▸ **About this task**: In the listing that follows, the range to quote begins at the line that has "v 4.85 3.0623 1.0884" and ends after the line that has "v 0.25 2.9957 4.7243"; quote it verbatim and add nothing.

▸ **Data in this exercise**:
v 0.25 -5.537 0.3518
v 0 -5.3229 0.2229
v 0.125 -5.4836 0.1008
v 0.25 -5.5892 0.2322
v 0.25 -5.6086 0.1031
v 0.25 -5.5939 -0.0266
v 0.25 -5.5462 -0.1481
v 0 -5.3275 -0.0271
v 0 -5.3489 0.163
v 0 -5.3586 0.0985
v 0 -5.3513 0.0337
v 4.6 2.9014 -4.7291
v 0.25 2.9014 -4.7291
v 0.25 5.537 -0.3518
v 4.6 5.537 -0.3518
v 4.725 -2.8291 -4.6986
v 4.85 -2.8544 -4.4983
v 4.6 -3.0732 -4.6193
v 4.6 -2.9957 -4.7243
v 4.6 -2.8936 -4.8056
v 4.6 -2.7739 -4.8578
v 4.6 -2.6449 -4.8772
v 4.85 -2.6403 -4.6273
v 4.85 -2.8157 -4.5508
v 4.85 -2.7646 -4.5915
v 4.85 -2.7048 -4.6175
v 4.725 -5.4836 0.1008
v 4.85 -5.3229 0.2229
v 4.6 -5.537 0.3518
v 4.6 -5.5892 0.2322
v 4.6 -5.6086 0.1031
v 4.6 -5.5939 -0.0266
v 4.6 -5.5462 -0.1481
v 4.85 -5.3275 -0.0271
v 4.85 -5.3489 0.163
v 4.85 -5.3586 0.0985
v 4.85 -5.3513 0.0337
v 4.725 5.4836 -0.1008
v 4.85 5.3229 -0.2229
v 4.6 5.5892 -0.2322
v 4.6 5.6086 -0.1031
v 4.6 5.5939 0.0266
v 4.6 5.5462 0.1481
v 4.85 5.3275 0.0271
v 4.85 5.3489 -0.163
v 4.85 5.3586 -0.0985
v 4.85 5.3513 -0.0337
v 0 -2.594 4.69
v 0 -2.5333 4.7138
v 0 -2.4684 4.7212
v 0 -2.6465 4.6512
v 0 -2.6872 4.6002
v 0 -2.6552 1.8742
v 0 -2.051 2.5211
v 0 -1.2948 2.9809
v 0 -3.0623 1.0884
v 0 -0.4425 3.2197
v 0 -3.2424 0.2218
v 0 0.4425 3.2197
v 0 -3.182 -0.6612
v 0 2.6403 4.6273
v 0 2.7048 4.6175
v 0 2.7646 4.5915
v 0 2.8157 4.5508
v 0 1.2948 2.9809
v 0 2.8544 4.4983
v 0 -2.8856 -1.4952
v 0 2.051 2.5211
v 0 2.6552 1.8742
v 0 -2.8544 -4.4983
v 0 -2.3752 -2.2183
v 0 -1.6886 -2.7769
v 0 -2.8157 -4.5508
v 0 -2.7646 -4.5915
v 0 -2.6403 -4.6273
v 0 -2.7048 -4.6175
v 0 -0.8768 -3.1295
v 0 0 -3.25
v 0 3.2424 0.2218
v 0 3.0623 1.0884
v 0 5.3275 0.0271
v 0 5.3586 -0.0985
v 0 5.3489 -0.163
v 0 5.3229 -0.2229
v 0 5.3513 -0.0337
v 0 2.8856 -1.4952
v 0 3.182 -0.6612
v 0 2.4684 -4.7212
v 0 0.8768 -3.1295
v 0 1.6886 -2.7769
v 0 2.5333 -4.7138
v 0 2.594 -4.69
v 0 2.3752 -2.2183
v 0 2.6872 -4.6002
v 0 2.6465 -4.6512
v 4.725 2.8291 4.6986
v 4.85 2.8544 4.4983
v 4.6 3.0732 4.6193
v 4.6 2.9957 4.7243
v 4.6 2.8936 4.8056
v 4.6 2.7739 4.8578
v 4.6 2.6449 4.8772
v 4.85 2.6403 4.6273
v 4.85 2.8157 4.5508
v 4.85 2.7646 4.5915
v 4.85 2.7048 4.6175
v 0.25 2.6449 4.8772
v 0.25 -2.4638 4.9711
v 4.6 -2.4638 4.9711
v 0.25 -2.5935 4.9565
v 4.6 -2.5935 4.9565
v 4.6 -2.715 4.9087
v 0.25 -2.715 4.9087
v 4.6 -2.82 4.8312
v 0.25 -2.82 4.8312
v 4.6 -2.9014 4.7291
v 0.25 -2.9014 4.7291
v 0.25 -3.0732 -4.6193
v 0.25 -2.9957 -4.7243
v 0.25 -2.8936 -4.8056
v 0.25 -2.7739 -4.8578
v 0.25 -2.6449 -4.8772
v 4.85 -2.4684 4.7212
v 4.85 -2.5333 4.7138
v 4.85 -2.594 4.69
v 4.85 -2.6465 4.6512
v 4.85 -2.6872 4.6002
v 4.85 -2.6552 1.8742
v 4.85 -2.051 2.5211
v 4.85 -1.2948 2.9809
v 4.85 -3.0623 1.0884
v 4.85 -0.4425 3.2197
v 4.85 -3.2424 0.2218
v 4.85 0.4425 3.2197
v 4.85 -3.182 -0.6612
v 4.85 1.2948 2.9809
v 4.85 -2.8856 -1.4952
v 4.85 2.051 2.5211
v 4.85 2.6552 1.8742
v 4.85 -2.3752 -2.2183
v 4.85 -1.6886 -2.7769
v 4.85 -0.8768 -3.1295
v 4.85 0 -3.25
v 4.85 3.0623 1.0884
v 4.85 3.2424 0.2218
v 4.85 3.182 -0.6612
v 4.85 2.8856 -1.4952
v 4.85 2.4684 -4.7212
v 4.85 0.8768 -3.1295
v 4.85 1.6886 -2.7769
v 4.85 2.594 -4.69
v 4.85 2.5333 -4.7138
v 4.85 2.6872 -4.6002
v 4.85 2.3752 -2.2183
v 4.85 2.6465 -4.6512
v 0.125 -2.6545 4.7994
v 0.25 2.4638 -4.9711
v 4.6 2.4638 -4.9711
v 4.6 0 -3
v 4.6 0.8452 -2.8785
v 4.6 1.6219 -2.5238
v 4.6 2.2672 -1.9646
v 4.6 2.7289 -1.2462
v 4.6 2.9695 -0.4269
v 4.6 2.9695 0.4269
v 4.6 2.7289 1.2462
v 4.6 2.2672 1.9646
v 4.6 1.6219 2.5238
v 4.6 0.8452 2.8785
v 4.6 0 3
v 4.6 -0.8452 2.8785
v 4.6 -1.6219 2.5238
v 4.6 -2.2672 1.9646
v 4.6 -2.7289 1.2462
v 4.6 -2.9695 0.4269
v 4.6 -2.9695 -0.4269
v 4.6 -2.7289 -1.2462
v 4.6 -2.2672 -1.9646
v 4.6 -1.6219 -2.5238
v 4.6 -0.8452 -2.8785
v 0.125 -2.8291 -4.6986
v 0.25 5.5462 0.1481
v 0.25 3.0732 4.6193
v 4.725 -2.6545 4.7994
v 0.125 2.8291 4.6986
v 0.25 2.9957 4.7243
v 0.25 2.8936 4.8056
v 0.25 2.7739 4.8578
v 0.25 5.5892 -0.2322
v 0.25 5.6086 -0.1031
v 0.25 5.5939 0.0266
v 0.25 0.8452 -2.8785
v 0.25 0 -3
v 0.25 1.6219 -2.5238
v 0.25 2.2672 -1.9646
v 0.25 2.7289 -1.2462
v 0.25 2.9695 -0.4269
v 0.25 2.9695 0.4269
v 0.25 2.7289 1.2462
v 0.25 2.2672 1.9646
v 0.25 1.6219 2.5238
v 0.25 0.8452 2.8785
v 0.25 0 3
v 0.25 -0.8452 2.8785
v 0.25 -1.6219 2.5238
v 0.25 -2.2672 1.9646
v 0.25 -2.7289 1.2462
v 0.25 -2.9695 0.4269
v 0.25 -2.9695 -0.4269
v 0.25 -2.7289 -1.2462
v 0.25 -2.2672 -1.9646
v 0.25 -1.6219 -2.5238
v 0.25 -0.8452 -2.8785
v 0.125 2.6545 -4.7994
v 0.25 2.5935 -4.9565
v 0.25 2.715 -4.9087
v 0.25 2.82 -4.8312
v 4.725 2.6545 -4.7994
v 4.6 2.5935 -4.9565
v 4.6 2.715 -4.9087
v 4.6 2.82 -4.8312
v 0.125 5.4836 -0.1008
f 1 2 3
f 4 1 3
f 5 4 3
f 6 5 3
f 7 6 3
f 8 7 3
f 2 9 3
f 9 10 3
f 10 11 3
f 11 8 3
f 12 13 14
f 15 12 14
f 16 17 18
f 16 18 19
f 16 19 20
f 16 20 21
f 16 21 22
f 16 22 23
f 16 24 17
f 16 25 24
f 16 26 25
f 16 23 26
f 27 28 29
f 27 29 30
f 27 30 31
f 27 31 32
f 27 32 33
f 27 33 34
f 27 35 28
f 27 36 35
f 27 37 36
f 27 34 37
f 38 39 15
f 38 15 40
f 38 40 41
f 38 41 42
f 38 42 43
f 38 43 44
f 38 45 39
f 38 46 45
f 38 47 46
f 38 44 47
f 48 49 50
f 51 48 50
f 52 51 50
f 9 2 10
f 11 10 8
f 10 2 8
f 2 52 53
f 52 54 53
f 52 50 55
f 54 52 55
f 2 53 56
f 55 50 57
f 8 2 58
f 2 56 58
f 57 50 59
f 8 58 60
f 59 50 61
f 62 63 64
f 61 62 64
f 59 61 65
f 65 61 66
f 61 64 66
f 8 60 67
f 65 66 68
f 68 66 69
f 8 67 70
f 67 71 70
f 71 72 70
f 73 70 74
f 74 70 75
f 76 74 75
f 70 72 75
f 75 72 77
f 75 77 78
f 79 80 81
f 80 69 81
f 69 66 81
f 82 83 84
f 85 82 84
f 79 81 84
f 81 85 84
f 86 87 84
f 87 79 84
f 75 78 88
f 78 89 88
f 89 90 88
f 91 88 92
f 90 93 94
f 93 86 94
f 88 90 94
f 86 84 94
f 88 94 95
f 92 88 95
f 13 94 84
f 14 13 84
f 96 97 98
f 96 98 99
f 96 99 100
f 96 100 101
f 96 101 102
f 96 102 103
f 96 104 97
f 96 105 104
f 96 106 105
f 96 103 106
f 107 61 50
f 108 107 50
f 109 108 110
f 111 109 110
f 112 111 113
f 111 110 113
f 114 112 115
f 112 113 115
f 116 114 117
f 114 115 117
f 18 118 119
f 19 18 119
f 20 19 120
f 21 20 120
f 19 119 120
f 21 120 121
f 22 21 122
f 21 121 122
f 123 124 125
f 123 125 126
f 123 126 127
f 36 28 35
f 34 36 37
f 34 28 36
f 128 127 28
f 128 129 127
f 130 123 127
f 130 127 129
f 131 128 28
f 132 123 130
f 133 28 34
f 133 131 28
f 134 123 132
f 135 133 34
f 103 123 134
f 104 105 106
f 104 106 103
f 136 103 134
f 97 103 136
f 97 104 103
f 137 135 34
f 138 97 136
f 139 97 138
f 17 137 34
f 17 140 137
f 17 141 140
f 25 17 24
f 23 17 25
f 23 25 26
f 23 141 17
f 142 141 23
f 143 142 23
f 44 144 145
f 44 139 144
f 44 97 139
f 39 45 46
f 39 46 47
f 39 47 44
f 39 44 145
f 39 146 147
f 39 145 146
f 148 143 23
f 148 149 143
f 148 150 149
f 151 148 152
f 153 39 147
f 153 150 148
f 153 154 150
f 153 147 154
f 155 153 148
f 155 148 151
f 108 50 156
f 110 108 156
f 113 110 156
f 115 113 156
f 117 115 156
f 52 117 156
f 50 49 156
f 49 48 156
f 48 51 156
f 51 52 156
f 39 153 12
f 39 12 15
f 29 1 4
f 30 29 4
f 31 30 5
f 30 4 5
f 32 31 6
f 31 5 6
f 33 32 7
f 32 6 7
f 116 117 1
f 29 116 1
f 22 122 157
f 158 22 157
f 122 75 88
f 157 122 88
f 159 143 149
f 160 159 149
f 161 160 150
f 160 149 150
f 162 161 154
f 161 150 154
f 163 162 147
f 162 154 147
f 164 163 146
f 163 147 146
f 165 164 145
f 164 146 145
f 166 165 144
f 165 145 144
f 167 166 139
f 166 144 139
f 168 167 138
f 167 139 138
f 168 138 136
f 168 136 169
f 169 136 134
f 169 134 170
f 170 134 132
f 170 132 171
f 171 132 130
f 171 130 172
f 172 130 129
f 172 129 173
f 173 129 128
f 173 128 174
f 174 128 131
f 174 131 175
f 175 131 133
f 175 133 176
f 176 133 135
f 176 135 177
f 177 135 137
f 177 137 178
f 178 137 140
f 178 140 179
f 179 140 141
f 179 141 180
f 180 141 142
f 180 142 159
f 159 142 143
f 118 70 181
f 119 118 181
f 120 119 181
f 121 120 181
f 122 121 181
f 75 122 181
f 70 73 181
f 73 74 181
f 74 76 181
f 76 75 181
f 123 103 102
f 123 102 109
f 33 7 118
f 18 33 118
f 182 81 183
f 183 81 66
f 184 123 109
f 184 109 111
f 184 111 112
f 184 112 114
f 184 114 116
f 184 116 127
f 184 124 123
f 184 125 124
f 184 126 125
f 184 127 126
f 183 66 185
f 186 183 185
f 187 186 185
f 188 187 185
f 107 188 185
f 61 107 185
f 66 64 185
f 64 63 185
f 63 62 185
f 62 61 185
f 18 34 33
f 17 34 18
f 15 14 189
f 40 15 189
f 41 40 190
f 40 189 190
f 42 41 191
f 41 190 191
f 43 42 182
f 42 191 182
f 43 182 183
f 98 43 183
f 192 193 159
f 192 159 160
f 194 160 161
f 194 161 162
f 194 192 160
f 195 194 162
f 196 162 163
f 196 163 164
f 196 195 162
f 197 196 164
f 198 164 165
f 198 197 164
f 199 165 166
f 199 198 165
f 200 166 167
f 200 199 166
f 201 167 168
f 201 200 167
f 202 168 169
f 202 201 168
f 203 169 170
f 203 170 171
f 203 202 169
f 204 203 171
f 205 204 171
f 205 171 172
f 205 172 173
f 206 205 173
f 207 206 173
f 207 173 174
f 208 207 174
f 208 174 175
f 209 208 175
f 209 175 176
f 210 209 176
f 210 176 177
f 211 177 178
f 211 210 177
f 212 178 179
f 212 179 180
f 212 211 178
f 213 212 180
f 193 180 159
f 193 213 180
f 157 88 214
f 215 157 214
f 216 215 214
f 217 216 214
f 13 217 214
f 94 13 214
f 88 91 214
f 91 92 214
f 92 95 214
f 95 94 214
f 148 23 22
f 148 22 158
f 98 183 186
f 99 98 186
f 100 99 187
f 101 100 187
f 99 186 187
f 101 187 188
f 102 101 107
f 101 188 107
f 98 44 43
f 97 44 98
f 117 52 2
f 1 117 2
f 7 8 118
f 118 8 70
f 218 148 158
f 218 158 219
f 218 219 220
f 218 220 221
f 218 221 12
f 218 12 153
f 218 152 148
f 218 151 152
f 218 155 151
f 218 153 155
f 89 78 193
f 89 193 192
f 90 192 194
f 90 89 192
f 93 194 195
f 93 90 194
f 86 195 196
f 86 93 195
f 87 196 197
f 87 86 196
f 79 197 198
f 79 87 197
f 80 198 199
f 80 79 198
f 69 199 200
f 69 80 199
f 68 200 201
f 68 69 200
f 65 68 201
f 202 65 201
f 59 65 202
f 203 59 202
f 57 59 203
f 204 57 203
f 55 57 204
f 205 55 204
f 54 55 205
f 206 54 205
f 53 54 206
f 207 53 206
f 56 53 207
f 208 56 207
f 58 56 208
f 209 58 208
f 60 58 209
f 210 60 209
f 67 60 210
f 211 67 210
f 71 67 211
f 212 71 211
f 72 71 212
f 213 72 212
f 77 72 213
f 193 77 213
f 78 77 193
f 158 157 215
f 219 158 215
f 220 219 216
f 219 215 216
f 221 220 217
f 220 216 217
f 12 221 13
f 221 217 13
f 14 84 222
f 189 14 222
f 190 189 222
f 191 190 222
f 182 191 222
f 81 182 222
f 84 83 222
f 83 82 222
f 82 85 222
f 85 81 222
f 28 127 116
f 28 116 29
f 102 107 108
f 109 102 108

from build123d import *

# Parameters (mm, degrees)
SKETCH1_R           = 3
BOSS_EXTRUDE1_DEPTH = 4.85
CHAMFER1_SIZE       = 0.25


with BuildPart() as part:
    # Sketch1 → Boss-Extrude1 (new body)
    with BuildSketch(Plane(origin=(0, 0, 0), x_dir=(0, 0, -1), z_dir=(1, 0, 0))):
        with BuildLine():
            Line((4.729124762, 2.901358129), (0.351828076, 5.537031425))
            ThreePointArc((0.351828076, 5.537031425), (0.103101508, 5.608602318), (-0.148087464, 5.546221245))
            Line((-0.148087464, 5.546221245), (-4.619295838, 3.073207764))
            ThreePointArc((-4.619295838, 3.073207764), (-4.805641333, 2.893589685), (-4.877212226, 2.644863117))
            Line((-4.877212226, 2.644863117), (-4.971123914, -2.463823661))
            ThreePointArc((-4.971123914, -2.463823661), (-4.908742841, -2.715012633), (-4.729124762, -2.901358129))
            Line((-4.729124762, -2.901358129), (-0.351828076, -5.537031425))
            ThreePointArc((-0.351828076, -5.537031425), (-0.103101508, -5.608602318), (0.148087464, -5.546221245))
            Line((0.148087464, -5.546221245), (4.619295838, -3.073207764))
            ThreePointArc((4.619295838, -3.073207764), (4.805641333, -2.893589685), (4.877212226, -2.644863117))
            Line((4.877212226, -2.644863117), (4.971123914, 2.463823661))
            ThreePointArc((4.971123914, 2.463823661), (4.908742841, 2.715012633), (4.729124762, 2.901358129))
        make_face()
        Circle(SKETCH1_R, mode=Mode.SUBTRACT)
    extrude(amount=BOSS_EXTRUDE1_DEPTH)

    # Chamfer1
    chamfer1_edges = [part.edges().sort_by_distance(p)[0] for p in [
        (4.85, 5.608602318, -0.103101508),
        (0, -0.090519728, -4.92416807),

▸ **Answer to this exercise**:
v 4.85 3.0623 1.0884
v 4.85 3.2424 0.2218
v 4.85 3.182 -0.6612
v 4.85 2.8856 -1.4952
v 4.85 2.4684 -4.7212
v 4.85 0.8768 -3.1295
v 4.85 1.6886 -2.7769
v 4.85 2.594 -4.69
v 4.85 2.5333 -4.7138
v 4.85 2.6872 -4.6002
v 4.85 2.3752 -2.2183
v 4.85 2.6465 -4.6512
v 0.125 -2.6545 4.7994
v 0.25 2.4638 -4.9711
v 4.6 2.4638 -4.9711
v 4.6 0 -3
v 4.6 0.8452 -2.8785
v 4.6 1.6219 -2.5238
v 4.6 2.2672 -1.9646
v 4.6 2.7289 -1.2462
v 4.6 2.9695 -0.4269
v 4.6 2.9695 0.4269
v 4.6 2.7289 1.2462
v 4.6 2.2672 1.9646
v 4.6 1.6219 2.5238
v 4.6 0.8452 2.8785
v 4.6 0 3
v 4.6 -0.8452 2.8785
v 4.6 -1.6219 2.5238
v 4.6 -2.2672 1.9646
v 4.6 -2.7289 1.2462
v 4.6 -2.9695 0.4269
v 4.6 -2.9695 -0.4269
v 4.6 -2.7289 -1.2462
v 4.6 -2.2672 -1.9646
v 4.6 -1.6219 -2.5238
v 4.6 -0.8452 -2.8785
v 0.125 -2.8291 -4.6986
v 0.25 5.5462 0.1481
v 0.25 3.0732 4.6193
v 4.725 -2.6545 4.7994
v 0.125 2.8291 4.6986
v 0.25 2.9957 4.7243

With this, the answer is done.